-- Task goal --
Retype verbatim the lines of the listing, from the very first through the line with "v5 (-1.251393,3.792342,-14.947709)".

-=-=-=-=-

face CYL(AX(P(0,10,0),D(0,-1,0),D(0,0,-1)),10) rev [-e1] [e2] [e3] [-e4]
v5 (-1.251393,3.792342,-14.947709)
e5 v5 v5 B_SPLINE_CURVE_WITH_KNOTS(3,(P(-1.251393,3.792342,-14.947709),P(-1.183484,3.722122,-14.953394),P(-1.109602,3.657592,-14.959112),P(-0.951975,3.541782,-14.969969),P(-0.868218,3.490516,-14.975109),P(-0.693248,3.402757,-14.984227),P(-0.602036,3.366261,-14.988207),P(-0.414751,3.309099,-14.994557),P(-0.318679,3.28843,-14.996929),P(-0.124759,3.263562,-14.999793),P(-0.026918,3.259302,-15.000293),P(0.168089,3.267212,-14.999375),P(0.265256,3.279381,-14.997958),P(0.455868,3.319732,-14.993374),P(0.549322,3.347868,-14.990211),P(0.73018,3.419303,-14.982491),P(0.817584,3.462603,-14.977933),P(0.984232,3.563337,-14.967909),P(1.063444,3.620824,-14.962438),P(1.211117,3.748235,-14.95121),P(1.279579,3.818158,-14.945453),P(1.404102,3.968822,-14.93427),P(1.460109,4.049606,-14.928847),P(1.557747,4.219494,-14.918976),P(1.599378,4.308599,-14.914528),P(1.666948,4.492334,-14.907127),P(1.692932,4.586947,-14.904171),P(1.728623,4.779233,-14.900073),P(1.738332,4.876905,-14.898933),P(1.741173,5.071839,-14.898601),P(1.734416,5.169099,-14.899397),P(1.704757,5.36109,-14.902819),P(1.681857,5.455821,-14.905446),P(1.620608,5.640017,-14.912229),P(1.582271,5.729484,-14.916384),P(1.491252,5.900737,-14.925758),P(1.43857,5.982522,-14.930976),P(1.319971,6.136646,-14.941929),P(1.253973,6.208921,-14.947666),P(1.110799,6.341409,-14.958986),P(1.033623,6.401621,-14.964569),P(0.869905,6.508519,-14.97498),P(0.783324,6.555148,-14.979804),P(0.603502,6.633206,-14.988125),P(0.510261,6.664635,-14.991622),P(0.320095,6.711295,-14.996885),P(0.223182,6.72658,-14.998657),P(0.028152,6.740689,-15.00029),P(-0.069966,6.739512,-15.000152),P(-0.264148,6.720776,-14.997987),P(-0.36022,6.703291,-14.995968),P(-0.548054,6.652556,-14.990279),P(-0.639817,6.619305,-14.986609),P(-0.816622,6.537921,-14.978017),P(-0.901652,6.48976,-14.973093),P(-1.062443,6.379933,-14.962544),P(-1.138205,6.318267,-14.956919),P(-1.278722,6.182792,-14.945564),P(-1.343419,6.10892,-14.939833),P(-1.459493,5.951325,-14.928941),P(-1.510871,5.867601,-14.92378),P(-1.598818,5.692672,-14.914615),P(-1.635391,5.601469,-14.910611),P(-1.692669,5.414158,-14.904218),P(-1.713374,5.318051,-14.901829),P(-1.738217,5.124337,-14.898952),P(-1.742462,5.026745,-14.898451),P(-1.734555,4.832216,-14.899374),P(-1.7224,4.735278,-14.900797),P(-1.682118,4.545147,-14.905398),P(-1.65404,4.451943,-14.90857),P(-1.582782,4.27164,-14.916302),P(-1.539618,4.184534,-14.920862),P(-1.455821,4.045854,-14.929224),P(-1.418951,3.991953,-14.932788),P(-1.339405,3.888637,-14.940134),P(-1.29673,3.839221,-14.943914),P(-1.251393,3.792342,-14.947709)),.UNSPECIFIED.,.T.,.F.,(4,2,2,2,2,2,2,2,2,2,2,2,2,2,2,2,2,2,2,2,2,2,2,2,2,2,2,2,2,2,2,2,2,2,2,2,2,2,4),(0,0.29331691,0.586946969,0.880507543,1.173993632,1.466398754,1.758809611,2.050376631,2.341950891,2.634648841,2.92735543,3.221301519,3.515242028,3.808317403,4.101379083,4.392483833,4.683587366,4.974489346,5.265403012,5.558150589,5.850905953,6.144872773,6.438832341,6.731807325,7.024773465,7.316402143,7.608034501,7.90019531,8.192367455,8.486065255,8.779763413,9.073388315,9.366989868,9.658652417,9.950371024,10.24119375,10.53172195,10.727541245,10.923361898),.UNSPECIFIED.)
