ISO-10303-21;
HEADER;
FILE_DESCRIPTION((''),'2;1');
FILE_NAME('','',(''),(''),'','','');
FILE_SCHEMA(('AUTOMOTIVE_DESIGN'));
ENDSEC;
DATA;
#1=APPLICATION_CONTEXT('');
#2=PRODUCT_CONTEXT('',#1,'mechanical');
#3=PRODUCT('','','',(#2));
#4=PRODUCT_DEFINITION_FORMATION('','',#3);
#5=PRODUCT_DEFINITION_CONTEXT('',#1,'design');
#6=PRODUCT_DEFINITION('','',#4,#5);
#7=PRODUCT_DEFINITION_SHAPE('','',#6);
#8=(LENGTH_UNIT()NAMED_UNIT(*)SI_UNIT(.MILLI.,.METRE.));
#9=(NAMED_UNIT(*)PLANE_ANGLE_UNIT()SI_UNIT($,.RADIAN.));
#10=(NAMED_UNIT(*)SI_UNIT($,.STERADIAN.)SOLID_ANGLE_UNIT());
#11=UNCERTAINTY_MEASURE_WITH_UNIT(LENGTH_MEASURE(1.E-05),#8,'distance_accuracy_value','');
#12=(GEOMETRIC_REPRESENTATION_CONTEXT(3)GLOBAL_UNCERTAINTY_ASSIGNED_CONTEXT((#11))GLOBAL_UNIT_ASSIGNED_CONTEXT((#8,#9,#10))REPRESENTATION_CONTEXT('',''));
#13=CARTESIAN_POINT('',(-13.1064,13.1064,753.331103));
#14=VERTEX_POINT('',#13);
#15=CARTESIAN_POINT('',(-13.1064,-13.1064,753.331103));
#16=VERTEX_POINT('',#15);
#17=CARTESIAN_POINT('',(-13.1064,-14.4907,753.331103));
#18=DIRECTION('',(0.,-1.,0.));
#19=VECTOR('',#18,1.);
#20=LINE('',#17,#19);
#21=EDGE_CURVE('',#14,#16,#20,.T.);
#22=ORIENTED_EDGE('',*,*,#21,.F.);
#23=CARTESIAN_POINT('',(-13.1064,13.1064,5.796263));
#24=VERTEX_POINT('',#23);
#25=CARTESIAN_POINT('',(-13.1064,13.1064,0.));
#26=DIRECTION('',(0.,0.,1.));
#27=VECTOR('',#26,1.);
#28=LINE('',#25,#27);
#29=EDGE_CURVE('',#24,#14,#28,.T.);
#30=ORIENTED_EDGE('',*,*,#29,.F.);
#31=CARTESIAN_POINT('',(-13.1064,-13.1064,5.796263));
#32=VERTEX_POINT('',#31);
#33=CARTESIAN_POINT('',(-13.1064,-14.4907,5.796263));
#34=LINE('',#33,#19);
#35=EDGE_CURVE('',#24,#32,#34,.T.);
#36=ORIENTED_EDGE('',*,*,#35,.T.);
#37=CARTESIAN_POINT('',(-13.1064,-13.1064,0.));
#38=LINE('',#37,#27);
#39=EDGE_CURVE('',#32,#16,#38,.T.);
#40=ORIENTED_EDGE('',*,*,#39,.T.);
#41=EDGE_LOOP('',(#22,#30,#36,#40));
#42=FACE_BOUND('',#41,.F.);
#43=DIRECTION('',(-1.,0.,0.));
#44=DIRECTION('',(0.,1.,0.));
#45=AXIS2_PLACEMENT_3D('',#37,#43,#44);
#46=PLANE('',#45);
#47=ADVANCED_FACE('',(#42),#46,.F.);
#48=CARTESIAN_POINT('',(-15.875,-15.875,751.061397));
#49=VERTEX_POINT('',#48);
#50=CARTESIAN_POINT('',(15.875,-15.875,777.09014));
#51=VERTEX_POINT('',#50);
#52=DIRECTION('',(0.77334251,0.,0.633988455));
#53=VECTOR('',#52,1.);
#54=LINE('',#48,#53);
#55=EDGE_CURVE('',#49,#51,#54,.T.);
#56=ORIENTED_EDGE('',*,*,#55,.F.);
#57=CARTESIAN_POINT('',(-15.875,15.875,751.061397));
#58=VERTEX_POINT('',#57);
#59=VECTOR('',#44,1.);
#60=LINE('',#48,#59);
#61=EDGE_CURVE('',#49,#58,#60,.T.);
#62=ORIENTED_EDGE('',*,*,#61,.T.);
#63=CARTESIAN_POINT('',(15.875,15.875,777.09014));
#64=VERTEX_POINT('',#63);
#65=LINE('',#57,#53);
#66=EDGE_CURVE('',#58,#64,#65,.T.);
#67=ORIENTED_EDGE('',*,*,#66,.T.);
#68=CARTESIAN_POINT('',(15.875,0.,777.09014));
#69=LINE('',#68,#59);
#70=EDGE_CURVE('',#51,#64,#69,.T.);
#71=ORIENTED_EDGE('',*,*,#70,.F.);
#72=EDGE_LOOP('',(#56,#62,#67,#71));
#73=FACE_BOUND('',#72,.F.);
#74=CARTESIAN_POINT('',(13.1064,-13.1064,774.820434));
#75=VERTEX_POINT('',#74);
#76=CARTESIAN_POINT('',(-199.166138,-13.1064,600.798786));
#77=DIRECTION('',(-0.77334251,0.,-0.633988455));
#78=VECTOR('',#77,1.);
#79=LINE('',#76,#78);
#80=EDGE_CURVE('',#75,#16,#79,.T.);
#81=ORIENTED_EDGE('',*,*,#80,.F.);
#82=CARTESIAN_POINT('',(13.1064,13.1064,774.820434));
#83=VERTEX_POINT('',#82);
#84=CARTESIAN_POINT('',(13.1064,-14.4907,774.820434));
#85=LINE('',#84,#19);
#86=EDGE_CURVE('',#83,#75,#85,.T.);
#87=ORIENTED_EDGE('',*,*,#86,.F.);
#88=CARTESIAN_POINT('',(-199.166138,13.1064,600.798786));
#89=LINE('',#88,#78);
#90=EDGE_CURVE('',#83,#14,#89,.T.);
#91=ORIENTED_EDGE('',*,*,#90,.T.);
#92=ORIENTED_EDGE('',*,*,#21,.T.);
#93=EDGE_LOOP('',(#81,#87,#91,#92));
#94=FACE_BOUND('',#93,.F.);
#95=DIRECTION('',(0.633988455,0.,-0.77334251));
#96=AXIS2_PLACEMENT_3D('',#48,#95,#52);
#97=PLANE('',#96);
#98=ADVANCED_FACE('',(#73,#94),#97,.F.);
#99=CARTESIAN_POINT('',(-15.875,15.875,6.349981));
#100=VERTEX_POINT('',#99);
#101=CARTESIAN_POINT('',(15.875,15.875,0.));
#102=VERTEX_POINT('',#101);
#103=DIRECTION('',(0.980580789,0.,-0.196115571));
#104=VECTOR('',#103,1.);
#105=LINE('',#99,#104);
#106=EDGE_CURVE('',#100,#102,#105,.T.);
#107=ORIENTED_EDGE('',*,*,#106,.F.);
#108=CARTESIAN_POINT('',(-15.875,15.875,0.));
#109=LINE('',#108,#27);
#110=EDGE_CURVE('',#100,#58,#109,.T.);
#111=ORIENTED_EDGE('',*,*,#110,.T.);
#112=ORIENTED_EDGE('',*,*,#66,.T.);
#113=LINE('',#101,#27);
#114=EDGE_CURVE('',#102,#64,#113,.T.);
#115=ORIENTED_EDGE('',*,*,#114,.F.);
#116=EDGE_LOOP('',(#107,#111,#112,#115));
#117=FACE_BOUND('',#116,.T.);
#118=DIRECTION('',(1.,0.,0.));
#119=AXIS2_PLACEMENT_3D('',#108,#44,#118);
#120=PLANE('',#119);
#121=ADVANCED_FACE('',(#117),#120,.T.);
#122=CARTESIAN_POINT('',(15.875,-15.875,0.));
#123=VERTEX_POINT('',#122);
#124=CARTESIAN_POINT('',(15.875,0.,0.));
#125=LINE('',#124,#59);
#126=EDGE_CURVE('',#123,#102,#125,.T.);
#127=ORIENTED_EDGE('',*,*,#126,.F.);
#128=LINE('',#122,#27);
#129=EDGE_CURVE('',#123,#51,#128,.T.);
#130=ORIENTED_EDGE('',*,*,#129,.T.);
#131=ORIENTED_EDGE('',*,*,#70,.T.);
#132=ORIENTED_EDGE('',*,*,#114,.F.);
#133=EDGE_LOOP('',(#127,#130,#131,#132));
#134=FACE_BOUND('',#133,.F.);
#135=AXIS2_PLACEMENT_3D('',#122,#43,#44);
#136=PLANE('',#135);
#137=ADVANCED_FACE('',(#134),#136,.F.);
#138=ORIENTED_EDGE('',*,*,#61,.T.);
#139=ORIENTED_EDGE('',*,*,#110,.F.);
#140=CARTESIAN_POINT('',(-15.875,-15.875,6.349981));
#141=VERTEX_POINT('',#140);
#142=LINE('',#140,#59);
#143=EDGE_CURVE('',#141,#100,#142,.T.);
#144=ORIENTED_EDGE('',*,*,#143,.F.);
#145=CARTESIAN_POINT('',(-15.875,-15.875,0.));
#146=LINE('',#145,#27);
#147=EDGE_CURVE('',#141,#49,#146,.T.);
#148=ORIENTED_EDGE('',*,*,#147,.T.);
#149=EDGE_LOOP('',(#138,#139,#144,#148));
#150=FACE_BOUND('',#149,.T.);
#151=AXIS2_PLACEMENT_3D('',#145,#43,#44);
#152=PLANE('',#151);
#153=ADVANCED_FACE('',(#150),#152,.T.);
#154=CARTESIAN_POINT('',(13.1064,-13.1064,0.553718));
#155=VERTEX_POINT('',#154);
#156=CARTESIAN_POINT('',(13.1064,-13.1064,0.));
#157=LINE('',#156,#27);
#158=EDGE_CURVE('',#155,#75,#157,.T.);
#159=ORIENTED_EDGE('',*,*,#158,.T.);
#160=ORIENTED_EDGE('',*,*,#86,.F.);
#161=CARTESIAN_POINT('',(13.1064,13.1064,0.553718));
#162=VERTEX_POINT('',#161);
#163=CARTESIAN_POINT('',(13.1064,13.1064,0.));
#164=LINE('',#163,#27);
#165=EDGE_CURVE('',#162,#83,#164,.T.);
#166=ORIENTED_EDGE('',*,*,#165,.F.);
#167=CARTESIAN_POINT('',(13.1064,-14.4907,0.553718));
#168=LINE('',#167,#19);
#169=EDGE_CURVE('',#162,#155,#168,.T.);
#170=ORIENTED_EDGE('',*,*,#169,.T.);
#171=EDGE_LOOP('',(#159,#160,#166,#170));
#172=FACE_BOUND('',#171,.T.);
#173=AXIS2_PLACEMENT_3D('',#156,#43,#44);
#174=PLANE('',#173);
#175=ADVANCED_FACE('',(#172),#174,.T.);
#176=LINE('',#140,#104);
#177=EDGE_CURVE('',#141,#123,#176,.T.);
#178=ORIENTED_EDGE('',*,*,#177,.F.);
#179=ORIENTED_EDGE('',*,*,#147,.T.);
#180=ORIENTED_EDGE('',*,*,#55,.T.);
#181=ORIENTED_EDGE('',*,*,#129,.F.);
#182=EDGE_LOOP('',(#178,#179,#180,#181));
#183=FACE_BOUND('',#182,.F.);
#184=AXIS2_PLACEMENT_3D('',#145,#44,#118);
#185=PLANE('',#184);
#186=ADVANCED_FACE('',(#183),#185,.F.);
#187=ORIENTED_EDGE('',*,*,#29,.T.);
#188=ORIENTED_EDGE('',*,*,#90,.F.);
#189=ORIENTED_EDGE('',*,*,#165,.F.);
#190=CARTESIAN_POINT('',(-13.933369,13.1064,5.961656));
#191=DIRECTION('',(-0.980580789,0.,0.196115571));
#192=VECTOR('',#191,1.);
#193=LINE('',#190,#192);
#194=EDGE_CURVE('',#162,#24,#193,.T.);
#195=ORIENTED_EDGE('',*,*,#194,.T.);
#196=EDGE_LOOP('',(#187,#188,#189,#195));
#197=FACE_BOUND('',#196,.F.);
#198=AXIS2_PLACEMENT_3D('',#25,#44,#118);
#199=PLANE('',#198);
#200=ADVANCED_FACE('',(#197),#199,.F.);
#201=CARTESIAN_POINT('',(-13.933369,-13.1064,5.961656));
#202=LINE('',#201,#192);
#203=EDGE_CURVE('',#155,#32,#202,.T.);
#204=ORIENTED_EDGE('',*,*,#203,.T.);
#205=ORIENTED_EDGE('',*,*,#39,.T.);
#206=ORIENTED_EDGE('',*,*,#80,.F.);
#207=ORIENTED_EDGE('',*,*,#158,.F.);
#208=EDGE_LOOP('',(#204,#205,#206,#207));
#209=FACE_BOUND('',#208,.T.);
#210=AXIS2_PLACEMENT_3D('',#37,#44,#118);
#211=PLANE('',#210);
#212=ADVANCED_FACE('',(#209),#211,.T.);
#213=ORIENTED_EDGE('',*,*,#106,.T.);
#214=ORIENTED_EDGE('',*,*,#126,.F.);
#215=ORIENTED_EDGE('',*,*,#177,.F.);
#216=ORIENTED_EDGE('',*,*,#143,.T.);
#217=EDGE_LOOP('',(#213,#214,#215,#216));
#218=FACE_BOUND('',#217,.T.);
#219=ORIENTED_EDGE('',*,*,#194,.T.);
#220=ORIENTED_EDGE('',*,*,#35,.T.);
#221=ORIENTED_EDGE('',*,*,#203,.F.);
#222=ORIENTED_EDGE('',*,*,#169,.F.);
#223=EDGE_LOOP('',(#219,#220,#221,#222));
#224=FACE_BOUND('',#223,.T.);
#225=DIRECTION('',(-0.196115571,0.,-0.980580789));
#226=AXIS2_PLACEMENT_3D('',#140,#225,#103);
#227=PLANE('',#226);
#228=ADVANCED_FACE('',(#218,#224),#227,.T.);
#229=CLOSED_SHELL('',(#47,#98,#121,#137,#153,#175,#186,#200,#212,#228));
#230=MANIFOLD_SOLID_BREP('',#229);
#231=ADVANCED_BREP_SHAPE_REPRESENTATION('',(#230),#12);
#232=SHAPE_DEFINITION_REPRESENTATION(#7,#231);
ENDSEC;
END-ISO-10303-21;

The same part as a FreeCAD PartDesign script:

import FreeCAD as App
import Part
import Sketcher
from FreeCAD import Vector
Q = App.Units.Quantity


def add_polygon(sketch, points):
    """Adds a closed chain of lines whose ends are joined by coincident constraints."""
    first, n = sketch.GeometryCount, len(points)
    for a, b in zip(points, points[1:] + points[:1]):
        sketch.addGeometry(Part.LineSegment(App.Vector(*a, 0), App.Vector(*b, 0)), False)
    for i in range(n):
        sketch.addConstraint(Sketcher.Constraint("Coincident", first + i, 2, first + (i + 1) % n, 1))

doc = App.newDocument("Part")
body = doc.addObject("PartDesign::Body", "Body")

sketch1 = body.newObject("Sketcher::SketchObject", "Sketch")
sketch1.AttachmentSupport = (doc.getObject("XY_Plane"), [""])
sketch1.MapMode = "FlatFace"
add_polygon(sketch1, [(-15.875, 15.875), (-15.875, -15.875), (15.875, -15.875), (15.875, 15.875)])
add_polygon(sketch1, [(13.1064, -13.1064), (-13.1064, -13.1064), (-13.1064, 13.1064), (13.1064, 13.1064)])
sketch1.addConstraint(Sketcher.Constraint("Vertical", 0))
sketch1.addConstraint(Sketcher.Constraint("Horizontal", 1))
sketch1.addConstraint(Sketcher.Constraint("Vertical", 2))
sketch1.addConstraint(Sketcher.Constraint("Horizontal", 3))
sketch1.addConstraint(Sketcher.Constraint("Horizontal", 4))
sketch1.addConstraint(Sketcher.Constraint("Vertical", 5))
sketch1.addConstraint(Sketcher.Constraint("Horizontal", 6))
sketch1.addConstraint(Sketcher.Constraint("Vertical", 7))
sketch1.addConstraint(Sketcher.Constraint("Symmetric", 0, 2, 2, 2, -1, 1))
sketch1.addConstraint(Sketcher.Constraint("Symmetric", 4, 2, 6, 2, -1, 1))
sketch1.addConstraint(Sketcher.Constraint("Equal", 3, 0))
sketch1.addConstraint(Sketcher.Constraint("Equal", 6, 5))
sketch1.addConstraint(Sketcher.Constraint("DistanceX", 1, 1, 1, 2, Q("1.25 in")))
sketch1.addConstraint(Sketcher.Constraint("DistanceX", 4, 2, 4, 1, Q("1.032 in")))
pad1 = body.newObject("PartDesign::Pad", "Pad")
pad1.Profile = sketch1
pad1.Length = Q("30.5941 in")

sketch2 = body.newObject("Sketcher::SketchObject", "Sketch001")
sketch2.AttachmentSupport = (doc.getObject("XZ_Plane"), [""])
sketch2.MapMode = "FlatFace"
sketch2.AttachmentOffset = App.Placement(Vector(0, 0, 0.625 * 25.4), App.Rotation())
add_polygon(sketch2, [(-15.875, 0), (15.875, 0), (-15.875, 6.349981)])
sketch2.addConstraint(Sketcher.Constraint("Horizontal", 0))
sketch2.addConstraint(Sketcher.Constraint("Vertical", 2))
sketch2.addConstraint(Sketcher.Constraint("Symmetric", 0, 2, 2, 2, -1, 1))
sketch2.addConstraint(Sketcher.Constraint("DistanceX", 0, 1, 0, 2, Q("1.25 in")))
sketch2.addConstraint(Sketcher.Constraint("DistanceY", 2, 2, 2, 1, 6.349981))
pocket1 = body.newObject("PartDesign::Pocket", "Pocket")
pocket1.Profile = sketch2
pocket1.Length = Q("1.25 in")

-=-=-=-=-

-- Answer for this exercise --
face CYL(AX(P(0,10,0),D(0,-1,0),D(0,0,-1)),10) rev [-e1] [e2] [e3] [-e4]
v5 (-1.251393,3.792342,-14.947709)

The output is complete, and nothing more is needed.